Pelopor tekstil di wilayah ini, memulai usahanya dengan membuka industri rumahan. Alat tenun bukan mesin adalah alat produksi utama yang digunakan saat itu. Pemilihan industri rumah tangga seperti ini sebenarnya bukan tanpa alasan mengingat di masa tersebut warga di wilayah ini mayoritas merupakan buruh tani yang sama sekali tak memiliki lahan. Alasan lainnya bahwa menenun merupakan keterampilan tradisional yang secara budaya sangat bias gender. Dengan demikian, sangat wajar jika industri tekstil di masa ini didominasi oleh pekerja perempuan.
Tidak hanya melalui dari dua alasan di atas, industri tekstil di wilayah Majalaya ternyata mengalami perkembangan dan kemajuan yang sangat pesat. Parameter perkembangan dan kemajuan tersebut, berdasarkan sejarah bisa dilihat dari animo masyarakat setempat untuk membuka industri rumah tangga lainnya. Dengan demikian, hanya dalam waktu beberapa tahun saja, wilayah Majalaya telah dipenuhi oleh industri tekstil berbasis rumah tangga.
Msih di era 30’an, industri tekstil Majalaya berhasil meraih masa keemasannya dengan puncak kejayaan di era 60’an. Puncak kejayaan ini, tentu saja disebabkan pula oleh kedatangan alat tenun mesin yang secara tegas mampu mengubah wajah produksi tenun bukan hanya di Majalaya, tetapi di Indonesia. Bayangkan, di era ini, wilayah Majalaya telah mampu menghasilkan 40% dari total produksi kain nasional. Hal itu sangat wajar mengingat hampir 25% alat tenun mesin yang ada di Jawa Barat, dimiliki oleh Majalaya.
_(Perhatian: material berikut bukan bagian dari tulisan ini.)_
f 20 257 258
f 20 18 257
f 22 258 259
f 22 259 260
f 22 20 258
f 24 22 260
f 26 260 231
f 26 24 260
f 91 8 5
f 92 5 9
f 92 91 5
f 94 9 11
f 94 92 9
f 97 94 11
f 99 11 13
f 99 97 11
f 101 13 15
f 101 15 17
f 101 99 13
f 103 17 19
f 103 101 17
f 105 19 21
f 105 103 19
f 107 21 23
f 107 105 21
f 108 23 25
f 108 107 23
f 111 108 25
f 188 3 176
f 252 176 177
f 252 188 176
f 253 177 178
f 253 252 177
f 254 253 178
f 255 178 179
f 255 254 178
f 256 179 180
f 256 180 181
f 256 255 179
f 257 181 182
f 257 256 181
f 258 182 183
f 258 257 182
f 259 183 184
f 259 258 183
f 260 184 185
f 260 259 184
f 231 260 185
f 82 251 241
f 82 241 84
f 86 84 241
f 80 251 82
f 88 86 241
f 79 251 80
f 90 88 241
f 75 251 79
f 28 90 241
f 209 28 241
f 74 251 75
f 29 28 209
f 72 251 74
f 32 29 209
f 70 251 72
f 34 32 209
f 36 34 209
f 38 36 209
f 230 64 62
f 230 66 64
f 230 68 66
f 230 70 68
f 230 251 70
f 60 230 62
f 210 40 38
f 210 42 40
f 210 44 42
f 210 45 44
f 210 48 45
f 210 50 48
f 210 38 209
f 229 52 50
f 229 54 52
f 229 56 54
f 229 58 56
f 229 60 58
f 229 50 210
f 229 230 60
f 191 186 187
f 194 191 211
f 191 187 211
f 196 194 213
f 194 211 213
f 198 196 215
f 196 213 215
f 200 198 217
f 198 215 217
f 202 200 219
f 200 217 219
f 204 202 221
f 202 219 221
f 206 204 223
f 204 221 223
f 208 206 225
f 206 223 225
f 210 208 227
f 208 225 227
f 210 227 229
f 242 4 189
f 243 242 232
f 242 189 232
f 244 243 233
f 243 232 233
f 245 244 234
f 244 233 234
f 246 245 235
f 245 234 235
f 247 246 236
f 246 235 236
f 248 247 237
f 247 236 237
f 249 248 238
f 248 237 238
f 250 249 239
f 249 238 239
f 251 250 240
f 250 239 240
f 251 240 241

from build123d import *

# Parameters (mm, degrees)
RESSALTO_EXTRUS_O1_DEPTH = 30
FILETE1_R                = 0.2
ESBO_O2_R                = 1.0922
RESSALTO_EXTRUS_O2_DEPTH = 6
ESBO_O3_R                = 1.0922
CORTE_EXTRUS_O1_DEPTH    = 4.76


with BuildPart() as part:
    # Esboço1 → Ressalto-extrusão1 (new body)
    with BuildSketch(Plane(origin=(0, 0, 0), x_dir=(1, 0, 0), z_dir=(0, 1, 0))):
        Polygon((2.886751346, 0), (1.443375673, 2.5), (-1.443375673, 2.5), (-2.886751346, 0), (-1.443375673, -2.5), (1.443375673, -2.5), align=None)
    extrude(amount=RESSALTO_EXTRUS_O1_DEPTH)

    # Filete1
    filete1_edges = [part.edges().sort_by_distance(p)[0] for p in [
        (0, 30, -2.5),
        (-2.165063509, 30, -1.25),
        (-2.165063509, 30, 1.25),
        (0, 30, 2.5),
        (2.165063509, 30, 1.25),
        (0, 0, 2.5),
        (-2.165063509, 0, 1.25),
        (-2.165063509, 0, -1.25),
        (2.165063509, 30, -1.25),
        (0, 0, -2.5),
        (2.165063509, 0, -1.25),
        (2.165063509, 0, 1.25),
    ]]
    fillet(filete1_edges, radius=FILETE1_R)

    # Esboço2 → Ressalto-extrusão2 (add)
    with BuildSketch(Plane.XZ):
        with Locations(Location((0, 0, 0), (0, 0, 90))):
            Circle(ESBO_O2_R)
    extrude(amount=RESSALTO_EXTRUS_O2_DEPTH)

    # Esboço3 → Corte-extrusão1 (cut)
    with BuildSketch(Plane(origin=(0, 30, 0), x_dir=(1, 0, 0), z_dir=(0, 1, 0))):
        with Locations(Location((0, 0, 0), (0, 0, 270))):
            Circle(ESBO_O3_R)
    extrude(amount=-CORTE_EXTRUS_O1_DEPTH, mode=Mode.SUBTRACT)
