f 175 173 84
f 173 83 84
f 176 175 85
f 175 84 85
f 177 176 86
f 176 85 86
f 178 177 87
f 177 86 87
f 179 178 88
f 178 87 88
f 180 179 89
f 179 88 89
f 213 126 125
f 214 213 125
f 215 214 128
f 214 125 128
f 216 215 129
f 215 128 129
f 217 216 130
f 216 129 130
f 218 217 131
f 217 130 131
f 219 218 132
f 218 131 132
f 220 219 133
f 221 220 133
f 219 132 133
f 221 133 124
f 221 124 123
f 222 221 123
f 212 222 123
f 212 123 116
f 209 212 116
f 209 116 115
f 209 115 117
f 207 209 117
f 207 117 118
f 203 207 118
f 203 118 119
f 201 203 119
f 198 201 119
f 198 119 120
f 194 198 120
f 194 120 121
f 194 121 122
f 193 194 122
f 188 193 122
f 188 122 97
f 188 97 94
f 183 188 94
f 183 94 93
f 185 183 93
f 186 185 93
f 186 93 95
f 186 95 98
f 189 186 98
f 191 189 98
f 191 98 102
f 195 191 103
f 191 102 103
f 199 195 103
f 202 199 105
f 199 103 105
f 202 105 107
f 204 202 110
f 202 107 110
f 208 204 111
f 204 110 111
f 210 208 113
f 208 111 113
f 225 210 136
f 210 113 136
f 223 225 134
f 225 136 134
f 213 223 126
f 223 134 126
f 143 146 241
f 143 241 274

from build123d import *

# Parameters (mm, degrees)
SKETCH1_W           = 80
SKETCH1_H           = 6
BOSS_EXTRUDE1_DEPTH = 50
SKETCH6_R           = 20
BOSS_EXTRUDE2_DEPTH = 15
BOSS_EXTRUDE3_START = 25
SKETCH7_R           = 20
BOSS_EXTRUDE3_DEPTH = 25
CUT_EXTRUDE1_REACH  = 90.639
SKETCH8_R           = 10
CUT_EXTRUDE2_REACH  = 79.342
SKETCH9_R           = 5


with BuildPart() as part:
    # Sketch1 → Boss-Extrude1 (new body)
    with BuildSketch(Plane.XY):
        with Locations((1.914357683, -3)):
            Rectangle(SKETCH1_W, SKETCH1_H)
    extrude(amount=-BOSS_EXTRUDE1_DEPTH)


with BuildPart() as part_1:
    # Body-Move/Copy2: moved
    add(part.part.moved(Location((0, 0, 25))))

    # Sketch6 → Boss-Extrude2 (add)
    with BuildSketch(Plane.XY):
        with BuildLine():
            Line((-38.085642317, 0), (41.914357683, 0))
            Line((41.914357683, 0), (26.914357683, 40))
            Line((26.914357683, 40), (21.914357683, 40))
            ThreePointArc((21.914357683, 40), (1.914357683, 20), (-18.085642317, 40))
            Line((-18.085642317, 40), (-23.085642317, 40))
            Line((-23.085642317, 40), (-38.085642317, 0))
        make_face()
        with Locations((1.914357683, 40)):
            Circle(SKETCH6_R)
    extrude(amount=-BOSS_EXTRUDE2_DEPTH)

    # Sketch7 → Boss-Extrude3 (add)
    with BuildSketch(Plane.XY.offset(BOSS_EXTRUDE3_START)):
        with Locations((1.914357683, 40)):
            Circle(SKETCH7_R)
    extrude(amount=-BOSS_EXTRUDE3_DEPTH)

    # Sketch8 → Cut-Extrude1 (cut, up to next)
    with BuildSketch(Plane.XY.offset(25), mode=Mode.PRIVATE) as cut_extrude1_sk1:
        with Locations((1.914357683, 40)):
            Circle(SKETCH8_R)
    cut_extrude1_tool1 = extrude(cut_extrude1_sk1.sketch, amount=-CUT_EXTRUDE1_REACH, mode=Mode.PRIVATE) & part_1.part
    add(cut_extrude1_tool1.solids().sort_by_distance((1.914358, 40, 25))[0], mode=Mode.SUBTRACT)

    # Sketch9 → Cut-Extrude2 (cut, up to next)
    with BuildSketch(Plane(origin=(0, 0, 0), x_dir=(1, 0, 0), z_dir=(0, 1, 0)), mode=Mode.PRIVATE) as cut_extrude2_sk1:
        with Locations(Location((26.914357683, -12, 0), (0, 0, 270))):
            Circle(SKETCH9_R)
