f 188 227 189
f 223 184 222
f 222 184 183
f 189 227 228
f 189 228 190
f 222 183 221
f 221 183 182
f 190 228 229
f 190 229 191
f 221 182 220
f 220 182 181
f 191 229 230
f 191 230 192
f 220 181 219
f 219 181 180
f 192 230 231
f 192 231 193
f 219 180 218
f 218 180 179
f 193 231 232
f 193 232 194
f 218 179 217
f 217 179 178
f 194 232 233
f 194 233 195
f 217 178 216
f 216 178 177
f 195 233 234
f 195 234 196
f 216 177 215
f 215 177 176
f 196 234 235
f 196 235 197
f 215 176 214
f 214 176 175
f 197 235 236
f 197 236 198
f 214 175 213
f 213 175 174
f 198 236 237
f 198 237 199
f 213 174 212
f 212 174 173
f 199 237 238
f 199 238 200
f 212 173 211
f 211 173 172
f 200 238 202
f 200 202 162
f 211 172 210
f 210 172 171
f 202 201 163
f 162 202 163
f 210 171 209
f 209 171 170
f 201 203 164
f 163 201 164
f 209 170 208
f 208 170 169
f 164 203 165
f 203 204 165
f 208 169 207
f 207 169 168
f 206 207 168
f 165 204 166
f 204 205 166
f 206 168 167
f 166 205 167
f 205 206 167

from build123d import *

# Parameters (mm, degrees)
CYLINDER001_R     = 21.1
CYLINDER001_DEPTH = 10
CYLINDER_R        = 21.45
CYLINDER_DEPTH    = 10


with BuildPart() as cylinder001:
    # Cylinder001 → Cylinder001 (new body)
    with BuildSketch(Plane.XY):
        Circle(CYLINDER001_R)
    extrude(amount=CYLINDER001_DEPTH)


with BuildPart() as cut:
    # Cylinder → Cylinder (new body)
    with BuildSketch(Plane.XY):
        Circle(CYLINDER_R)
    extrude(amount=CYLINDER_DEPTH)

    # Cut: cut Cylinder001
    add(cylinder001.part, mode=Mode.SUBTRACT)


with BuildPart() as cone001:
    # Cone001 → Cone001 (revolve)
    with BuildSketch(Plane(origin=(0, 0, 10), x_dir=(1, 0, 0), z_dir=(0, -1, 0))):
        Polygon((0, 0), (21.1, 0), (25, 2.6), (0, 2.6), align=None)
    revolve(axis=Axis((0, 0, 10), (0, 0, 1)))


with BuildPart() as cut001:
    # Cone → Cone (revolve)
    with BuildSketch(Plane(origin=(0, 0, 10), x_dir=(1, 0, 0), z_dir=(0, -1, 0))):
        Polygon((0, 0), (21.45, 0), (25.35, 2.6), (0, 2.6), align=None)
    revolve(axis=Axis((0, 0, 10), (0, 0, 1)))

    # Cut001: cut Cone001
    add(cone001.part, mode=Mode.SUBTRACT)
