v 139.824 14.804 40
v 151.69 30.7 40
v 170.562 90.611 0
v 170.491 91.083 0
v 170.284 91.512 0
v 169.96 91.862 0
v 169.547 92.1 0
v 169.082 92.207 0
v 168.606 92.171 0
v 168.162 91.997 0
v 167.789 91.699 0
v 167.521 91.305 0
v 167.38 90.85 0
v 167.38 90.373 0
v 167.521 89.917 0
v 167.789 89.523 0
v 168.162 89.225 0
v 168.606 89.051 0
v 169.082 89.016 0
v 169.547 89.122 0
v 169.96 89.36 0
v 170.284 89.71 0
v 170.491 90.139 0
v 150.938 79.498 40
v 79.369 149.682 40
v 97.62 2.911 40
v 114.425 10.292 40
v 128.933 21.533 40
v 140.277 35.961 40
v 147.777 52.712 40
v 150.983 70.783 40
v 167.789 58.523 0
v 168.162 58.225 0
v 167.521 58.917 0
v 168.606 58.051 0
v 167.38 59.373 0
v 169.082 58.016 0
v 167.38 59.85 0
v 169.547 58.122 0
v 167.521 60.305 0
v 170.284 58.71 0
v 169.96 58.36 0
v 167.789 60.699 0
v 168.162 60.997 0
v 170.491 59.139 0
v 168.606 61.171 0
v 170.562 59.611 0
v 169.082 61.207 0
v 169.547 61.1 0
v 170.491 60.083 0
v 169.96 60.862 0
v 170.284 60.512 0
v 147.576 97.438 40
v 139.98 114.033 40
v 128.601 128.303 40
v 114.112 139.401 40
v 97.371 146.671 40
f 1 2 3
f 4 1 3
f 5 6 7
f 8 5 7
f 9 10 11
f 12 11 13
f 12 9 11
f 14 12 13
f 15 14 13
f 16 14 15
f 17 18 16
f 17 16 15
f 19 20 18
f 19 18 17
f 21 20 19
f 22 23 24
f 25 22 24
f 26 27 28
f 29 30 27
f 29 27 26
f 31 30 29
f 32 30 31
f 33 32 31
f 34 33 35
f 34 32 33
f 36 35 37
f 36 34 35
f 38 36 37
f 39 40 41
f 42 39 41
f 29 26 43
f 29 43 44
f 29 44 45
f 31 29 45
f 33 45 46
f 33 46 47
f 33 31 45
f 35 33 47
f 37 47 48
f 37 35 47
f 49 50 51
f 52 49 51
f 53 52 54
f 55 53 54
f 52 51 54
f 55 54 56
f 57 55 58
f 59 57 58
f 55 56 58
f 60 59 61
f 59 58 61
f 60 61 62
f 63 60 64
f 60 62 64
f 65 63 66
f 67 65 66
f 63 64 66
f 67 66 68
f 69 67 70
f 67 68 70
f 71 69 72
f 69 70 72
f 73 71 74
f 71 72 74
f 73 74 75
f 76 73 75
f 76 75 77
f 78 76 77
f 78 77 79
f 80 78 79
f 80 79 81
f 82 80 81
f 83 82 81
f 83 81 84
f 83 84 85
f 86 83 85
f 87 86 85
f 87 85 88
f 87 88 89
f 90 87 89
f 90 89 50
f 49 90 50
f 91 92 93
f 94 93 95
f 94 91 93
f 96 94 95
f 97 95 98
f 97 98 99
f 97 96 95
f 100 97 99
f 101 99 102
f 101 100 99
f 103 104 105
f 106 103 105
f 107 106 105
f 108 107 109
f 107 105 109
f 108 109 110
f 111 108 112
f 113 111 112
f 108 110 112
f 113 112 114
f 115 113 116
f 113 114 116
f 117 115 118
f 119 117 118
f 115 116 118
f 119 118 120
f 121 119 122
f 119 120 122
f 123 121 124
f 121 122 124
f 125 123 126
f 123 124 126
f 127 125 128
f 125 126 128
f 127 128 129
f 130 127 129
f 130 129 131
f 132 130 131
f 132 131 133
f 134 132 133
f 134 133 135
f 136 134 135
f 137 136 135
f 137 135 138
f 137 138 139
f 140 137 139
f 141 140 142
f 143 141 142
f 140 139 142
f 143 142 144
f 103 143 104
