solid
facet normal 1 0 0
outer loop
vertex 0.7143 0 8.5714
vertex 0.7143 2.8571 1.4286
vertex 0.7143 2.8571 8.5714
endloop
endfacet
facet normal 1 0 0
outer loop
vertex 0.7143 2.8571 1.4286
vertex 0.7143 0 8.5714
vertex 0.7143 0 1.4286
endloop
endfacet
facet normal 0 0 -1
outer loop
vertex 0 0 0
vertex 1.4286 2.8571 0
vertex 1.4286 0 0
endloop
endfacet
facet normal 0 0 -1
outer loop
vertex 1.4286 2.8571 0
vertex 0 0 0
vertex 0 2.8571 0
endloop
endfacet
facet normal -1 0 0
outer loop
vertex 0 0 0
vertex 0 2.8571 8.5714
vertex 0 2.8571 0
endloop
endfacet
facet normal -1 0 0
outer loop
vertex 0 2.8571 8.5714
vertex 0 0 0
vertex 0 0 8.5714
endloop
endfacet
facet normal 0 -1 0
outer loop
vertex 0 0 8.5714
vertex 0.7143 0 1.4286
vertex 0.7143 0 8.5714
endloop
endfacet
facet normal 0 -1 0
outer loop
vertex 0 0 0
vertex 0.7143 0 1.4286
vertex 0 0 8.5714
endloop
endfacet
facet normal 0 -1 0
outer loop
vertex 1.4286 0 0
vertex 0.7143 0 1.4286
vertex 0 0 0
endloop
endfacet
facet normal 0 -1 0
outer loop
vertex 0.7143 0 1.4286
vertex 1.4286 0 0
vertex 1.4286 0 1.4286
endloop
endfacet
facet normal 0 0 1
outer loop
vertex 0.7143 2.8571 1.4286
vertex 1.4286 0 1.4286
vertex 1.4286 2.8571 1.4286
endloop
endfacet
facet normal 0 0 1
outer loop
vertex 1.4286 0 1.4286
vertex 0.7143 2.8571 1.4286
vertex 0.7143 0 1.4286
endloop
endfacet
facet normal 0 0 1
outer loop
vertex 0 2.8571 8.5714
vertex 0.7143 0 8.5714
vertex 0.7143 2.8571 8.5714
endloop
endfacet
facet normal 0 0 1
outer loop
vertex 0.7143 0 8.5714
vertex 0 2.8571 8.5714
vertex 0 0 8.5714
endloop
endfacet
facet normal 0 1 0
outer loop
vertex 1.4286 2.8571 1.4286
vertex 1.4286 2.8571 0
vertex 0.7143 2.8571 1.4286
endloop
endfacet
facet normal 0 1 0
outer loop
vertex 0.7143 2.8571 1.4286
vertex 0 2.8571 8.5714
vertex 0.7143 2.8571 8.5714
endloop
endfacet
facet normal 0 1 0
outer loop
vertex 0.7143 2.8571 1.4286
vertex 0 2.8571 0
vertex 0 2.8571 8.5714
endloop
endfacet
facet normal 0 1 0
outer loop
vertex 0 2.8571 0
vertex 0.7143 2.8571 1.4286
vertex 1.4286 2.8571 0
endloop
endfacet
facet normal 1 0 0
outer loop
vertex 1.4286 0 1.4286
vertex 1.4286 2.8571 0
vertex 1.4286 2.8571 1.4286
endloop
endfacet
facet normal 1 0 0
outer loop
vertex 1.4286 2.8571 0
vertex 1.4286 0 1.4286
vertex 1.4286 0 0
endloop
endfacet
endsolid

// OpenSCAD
// file: hollowvoxels.scad
//wt = wall thickness
module hunitcube(wt) {
	diff = 2*wt;
	cube([1,1,1]);
	translate([wt,wt,wt])
	scale([1-diff,1-diff,1-diff])
	cube([1,1,1]);
}

module hcube(v=[1,1,1], wt) {
	for (i=[0:v[0]-1]) {
	for (j=[0:v[1]-1]) {
	for (k=[0:v[2]-1]) {
		translate([i,j,k])
		hunitcube(wt);
	}
	}
	}
}

module hcubefivesevenths(v=[1,1,1]) {
	hcube(v, 0.1*7/5);
}
// main file
use <hollowvoxels.scad>;

scale(5/7,5/7,5/7){
hcubefivesevenths([1,4,12]);
hcubefivesevenths([2,4,2]);
}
Di sisi lain, puncak kejayaan ini membawa sisi buruk bagi pengrajin berbasis rumah tangga yang masih mengandalkan alat tenun bukan mesin. Alhasil, banyak industri rumah tangga yang gulung tikar atau mengubah kegiatan produksinya menjadi pembuatan kain lap dan barang produksi lain yang sifatnya marjinal.
Periode berikutnya yaitu era 70’an bisa dikatakan sebagai masa kemunduran bagi industri tekstil di wilayah Majalaya Bandung. Di periode ini juga banyak pabrik yang kemudian diambil alih oleh pengusaha asing.